**Instructions for the task**
When you reach the line that contains "#108=AXIS2_PLACEMENT_3D('',#107,#16,#17);" in the data below, start reproducing lines exactly, and stop after the line that contains "#147=ADVANCED_FACE('',(#138,#145),#146,.F.);".

Items from a dataset:
···

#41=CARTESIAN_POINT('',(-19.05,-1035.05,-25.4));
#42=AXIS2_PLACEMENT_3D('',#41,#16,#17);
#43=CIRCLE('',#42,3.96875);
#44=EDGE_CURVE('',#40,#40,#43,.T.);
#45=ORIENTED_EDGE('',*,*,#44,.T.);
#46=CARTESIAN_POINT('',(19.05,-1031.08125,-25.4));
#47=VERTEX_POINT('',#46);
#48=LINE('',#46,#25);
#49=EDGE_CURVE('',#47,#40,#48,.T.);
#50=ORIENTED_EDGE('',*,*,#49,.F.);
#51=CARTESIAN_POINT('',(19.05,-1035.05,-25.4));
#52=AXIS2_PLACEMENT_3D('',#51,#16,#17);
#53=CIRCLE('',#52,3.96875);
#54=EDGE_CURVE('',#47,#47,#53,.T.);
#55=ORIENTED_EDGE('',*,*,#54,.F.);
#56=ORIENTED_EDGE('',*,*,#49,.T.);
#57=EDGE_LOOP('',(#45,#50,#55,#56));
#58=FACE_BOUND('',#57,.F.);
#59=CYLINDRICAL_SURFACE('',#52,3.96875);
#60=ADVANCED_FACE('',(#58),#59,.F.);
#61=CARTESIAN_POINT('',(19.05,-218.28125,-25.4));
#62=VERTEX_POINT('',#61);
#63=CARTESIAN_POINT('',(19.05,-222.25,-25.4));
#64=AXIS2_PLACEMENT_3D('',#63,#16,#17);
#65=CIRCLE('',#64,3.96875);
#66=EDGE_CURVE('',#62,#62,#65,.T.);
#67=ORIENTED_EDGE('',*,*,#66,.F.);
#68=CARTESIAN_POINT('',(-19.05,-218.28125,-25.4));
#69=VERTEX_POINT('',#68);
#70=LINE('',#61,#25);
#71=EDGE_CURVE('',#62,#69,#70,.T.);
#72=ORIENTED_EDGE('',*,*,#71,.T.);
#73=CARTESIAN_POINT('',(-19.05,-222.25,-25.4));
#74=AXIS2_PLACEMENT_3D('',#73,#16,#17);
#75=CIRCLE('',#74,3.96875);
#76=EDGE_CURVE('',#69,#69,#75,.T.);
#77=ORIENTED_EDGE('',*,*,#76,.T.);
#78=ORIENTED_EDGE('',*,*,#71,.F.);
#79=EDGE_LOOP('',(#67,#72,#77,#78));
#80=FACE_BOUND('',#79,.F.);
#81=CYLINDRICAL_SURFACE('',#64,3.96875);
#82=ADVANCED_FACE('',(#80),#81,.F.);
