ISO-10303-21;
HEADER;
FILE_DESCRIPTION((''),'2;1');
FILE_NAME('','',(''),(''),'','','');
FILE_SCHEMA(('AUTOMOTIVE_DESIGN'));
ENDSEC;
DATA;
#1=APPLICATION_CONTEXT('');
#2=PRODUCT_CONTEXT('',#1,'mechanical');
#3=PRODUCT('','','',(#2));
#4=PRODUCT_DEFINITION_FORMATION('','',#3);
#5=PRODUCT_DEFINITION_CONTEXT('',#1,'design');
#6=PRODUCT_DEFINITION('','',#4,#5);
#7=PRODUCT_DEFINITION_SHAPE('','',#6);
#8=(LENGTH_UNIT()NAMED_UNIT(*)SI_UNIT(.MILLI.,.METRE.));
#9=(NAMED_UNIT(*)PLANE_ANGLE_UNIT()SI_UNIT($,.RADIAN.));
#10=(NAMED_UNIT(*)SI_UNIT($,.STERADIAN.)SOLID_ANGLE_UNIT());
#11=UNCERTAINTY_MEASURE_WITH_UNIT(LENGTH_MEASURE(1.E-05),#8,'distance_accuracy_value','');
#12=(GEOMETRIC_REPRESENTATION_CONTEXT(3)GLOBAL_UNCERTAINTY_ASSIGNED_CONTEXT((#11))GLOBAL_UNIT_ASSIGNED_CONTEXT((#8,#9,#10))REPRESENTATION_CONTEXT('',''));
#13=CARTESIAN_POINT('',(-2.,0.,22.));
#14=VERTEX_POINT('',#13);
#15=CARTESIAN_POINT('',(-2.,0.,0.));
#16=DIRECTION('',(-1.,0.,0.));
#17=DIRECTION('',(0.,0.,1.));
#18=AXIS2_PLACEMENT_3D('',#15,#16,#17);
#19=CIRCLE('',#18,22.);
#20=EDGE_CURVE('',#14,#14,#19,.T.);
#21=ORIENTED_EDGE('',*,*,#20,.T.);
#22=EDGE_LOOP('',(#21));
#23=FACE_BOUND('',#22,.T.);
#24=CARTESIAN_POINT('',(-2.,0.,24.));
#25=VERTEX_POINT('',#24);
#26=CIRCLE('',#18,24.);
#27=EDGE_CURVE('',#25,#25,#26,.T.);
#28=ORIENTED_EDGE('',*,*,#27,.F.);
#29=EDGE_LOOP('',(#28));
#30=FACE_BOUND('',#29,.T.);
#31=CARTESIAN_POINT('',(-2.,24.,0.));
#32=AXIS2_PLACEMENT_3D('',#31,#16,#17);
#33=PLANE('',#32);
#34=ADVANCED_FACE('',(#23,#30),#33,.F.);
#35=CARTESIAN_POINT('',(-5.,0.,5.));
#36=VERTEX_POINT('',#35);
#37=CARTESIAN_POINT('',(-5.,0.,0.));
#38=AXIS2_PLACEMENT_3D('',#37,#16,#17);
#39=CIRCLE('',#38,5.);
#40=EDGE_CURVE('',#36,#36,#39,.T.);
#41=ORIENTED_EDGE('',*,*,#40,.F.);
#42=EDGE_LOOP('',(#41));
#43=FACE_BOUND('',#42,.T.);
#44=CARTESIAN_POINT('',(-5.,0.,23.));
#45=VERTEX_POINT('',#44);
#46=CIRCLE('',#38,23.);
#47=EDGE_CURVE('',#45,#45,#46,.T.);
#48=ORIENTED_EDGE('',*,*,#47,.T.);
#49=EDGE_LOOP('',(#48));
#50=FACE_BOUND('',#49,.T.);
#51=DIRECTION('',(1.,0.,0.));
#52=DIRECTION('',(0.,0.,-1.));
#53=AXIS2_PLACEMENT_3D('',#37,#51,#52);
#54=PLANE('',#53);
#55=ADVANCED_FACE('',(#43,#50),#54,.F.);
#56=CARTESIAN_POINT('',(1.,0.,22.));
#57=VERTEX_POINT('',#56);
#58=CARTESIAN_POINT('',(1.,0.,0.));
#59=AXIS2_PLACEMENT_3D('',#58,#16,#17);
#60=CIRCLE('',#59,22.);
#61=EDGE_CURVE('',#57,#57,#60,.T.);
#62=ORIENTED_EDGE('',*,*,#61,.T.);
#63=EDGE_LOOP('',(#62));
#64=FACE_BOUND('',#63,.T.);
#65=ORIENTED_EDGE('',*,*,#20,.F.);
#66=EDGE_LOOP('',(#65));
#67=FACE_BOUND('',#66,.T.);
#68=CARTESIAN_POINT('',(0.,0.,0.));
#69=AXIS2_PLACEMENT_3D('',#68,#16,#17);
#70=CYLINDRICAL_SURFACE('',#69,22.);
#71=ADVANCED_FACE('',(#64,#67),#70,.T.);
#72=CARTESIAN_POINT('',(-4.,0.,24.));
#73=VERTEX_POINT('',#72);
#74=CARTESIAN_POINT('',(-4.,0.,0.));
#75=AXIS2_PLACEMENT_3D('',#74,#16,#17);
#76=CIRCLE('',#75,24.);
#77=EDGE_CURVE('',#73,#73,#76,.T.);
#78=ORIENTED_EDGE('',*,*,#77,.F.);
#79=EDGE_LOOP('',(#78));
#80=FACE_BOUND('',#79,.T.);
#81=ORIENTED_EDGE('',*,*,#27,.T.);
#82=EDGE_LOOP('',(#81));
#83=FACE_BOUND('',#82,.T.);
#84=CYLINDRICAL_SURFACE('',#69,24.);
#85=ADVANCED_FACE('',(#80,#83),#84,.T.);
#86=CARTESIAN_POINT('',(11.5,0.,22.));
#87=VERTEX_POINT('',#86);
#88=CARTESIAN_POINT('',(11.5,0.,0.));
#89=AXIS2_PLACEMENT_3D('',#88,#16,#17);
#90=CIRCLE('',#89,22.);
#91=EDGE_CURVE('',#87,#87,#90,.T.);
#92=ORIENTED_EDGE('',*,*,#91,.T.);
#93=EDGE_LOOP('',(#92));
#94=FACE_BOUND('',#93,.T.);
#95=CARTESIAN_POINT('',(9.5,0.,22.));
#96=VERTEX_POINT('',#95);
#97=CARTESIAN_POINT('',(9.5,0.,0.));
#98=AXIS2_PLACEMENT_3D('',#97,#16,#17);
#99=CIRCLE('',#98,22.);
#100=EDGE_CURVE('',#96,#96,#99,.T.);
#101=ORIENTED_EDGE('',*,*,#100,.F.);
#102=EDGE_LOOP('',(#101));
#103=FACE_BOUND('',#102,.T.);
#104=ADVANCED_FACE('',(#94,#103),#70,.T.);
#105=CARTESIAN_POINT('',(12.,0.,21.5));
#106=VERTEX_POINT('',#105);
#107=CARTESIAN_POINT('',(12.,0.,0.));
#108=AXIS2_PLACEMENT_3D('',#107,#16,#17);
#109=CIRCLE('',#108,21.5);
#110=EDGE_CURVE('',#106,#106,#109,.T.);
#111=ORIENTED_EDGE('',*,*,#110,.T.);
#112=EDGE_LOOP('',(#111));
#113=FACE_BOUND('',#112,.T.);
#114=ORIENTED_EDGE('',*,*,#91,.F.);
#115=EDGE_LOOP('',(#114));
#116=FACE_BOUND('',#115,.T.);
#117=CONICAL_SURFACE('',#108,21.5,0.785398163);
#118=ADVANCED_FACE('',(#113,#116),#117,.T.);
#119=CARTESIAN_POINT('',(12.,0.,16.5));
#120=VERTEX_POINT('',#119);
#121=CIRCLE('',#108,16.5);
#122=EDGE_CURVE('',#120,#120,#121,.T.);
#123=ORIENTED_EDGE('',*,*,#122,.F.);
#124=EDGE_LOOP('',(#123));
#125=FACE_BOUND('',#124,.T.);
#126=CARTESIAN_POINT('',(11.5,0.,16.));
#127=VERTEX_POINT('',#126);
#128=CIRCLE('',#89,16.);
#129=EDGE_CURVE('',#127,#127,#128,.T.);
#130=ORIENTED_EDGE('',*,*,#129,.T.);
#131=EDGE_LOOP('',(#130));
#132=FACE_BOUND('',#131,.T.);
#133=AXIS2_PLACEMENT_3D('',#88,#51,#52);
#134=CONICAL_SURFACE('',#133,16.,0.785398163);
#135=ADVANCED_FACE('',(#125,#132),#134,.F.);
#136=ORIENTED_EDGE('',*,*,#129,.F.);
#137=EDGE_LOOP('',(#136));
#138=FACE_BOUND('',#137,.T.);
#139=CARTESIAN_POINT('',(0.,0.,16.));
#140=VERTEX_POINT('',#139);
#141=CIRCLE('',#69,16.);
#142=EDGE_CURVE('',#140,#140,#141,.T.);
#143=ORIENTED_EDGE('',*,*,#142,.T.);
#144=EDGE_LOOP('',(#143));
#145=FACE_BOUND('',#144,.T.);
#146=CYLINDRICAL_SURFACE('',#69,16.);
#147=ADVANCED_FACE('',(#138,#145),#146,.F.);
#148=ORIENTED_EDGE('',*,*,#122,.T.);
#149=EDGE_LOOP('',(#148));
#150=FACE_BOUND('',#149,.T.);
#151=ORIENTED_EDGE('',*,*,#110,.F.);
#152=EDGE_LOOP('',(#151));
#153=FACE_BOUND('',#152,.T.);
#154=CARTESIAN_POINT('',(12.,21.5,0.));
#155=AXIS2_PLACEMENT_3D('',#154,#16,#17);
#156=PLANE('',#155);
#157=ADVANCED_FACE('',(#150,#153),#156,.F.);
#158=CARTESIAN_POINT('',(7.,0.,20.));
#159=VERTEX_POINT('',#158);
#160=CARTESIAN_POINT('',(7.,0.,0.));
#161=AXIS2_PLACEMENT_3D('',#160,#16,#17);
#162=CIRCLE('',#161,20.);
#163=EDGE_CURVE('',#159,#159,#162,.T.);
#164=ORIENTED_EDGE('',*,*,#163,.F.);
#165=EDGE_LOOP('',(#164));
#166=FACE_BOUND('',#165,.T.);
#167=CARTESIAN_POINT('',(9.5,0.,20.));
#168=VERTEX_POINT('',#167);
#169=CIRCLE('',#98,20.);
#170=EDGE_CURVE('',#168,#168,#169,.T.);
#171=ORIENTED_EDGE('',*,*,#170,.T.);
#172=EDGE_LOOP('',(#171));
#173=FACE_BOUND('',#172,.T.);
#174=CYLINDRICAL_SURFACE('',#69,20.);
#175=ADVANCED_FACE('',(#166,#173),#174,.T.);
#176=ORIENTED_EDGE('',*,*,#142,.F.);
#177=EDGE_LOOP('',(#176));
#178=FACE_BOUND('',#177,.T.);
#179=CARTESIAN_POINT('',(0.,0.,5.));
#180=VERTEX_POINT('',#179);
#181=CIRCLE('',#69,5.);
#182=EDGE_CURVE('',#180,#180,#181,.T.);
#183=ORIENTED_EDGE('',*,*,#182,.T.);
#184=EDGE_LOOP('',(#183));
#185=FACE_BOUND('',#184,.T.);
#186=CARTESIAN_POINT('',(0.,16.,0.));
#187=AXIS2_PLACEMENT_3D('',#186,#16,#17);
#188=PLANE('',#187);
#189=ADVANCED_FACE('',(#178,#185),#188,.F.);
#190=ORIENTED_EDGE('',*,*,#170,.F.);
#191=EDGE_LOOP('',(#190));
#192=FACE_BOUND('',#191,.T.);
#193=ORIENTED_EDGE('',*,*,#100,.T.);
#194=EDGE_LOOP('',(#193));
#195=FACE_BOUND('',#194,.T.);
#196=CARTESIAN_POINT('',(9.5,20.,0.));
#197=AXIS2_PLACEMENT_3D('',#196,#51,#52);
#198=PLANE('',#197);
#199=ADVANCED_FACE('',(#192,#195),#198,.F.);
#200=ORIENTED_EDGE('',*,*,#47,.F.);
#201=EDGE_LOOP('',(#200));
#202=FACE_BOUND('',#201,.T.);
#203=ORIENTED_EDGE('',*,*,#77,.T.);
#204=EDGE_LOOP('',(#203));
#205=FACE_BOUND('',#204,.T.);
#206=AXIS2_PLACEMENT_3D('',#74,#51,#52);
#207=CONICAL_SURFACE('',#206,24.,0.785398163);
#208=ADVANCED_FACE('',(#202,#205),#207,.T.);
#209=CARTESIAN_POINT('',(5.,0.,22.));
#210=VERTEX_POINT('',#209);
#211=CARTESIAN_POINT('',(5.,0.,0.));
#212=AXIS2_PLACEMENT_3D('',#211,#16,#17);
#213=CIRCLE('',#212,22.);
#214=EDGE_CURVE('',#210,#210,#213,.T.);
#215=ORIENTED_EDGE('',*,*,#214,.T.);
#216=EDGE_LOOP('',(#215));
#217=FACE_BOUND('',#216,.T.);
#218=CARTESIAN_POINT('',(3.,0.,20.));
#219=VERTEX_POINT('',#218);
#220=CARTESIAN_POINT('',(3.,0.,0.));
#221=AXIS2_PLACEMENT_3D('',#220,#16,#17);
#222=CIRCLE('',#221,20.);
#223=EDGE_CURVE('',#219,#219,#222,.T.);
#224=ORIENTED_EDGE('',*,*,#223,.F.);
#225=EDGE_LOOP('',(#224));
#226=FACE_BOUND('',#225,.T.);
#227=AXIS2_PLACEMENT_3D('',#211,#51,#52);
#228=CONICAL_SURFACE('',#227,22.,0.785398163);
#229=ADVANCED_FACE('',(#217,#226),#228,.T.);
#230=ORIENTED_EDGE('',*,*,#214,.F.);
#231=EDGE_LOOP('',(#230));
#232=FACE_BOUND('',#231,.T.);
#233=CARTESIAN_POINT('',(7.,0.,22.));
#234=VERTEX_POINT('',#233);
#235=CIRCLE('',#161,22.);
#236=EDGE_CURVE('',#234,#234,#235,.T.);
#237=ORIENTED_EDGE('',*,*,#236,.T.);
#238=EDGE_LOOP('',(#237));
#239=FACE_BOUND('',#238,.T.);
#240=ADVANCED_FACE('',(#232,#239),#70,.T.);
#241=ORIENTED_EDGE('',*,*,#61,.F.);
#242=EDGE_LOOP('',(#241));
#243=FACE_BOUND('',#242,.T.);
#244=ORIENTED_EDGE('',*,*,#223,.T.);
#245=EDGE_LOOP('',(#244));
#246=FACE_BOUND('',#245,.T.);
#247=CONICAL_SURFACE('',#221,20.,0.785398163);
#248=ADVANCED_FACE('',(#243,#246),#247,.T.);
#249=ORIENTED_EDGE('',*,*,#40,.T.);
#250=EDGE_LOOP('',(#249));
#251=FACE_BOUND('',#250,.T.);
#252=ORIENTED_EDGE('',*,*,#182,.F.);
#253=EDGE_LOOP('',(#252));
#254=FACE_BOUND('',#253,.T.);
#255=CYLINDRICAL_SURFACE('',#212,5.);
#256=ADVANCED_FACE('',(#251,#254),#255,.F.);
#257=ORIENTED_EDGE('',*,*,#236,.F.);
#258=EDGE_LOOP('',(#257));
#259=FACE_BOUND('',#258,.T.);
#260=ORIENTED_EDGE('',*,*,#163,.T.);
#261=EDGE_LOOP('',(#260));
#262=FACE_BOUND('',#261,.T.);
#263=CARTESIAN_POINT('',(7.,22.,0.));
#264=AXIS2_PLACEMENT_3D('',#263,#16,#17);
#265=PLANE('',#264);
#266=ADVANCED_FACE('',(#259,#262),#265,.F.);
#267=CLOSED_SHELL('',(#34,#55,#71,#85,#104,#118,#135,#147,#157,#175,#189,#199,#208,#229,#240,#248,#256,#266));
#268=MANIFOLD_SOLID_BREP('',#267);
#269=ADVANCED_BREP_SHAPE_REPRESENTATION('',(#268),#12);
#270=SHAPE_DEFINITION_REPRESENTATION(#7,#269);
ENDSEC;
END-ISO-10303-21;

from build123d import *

# Parameters (mm, degrees)
SKETCH_2_R          = 5
CUT_EXTRUDE_1_DEPTH = 10


with BuildPart() as part:
    # Эскиз1 → Повернуть1 (revolve)
    with BuildSketch(Plane.XY, mode=Mode.PRIVATE) as revolve_1_sk:
        Polygon((-5, 0), (-5, 23), (-4, 24), (-2, 24), (-2, 22), (1, 22), (3, 20), (5, 22), (7, 22), (7, 20), (9.5, 20), (9.5, 22), (11.5, 22), (12, 21.5), (12, 16.5), (11.5, 16), (0, 16), (0, 0), align=None)
    revolve(revolve_1_sk.sketch.rotate(Axis((0, 0, 0), (1, 0, 0)), 90), axis=Axis((0, 0, 0), (1, 0, 0)))

    # Эскиз2 → Вырез-Вытянуть1 (cut)
    with BuildSketch(Plane.ZY.offset(5)):
        Circle(SKETCH_2_R)
    extrude(amount=-CUT_EXTRUDE_1_DEPTH, mode=Mode.SUBTRACT)


solid = part.part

···

**Solution**
#108=AXIS2_PLACEMENT_3D('',#107,#16,#17);
#109=CIRCLE('',#108,21.5);
#110=EDGE_CURVE('',#106,#106,#109,.T.);
#111=ORIENTED_EDGE('',*,*,#110,.T.);
#112=EDGE_LOOP('',(#111));
#113=FACE_BOUND('',#112,.T.);
#114=ORIENTED_EDGE('',*,*,#91,.F.);
#115=EDGE_LOOP('',(#114));
#116=FACE_BOUND('',#115,.T.);
#117=CONICAL_SURFACE('',#108,21.5,0.785398163);
#118=ADVANCED_FACE('',(#113,#116),#117,.T.);
#119=CARTESIAN_POINT('',(12.,0.,16.5));
#120=VERTEX_POINT('',#119);
#121=CIRCLE('',#108,16.5);
#122=EDGE_CURVE('',#120,#120,#121,.T.);
#123=ORIENTED_EDGE('',*,*,#122,.F.);
#124=EDGE_LOOP('',(#123));
#125=FACE_BOUND('',#124,.T.);
#126=CARTESIAN_POINT('',(11.5,0.,16.));
#127=VERTEX_POINT('',#126);
#128=CIRCLE('',#89,16.);
#129=EDGE_CURVE('',#127,#127,#128,.T.);
#130=ORIENTED_EDGE('',*,*,#129,.T.);
#131=EDGE_LOOP('',(#130));
#132=FACE_BOUND('',#131,.T.);
#133=AXIS2_PLACEMENT_3D('',#88,#51,#52);
#134=CONICAL_SURFACE('',#133,16.,0.785398163);
#135=ADVANCED_FACE('',(#125,#132),#134,.F.);
#136=ORIENTED_EDGE('',*,*,#129,.F.);
#137=EDGE_LOOP('',(#136));
#138=FACE_BOUND('',#137,.T.);
#139=CARTESIAN_POINT('',(0.,0.,16.));
#140=VERTEX_POINT('',#139);
#141=CIRCLE('',#69,16.);
#142=EDGE_CURVE('',#140,#140,#141,.T.);
#143=ORIENTED_EDGE('',*,*,#142,.T.);
#144=EDGE_LOOP('',(#143));
#145=FACE_BOUND('',#144,.T.);
#146=CYLINDRICAL_SURFACE('',#69,16.);
#147=ADVANCED_FACE('',(#138,#145),#146,.F.);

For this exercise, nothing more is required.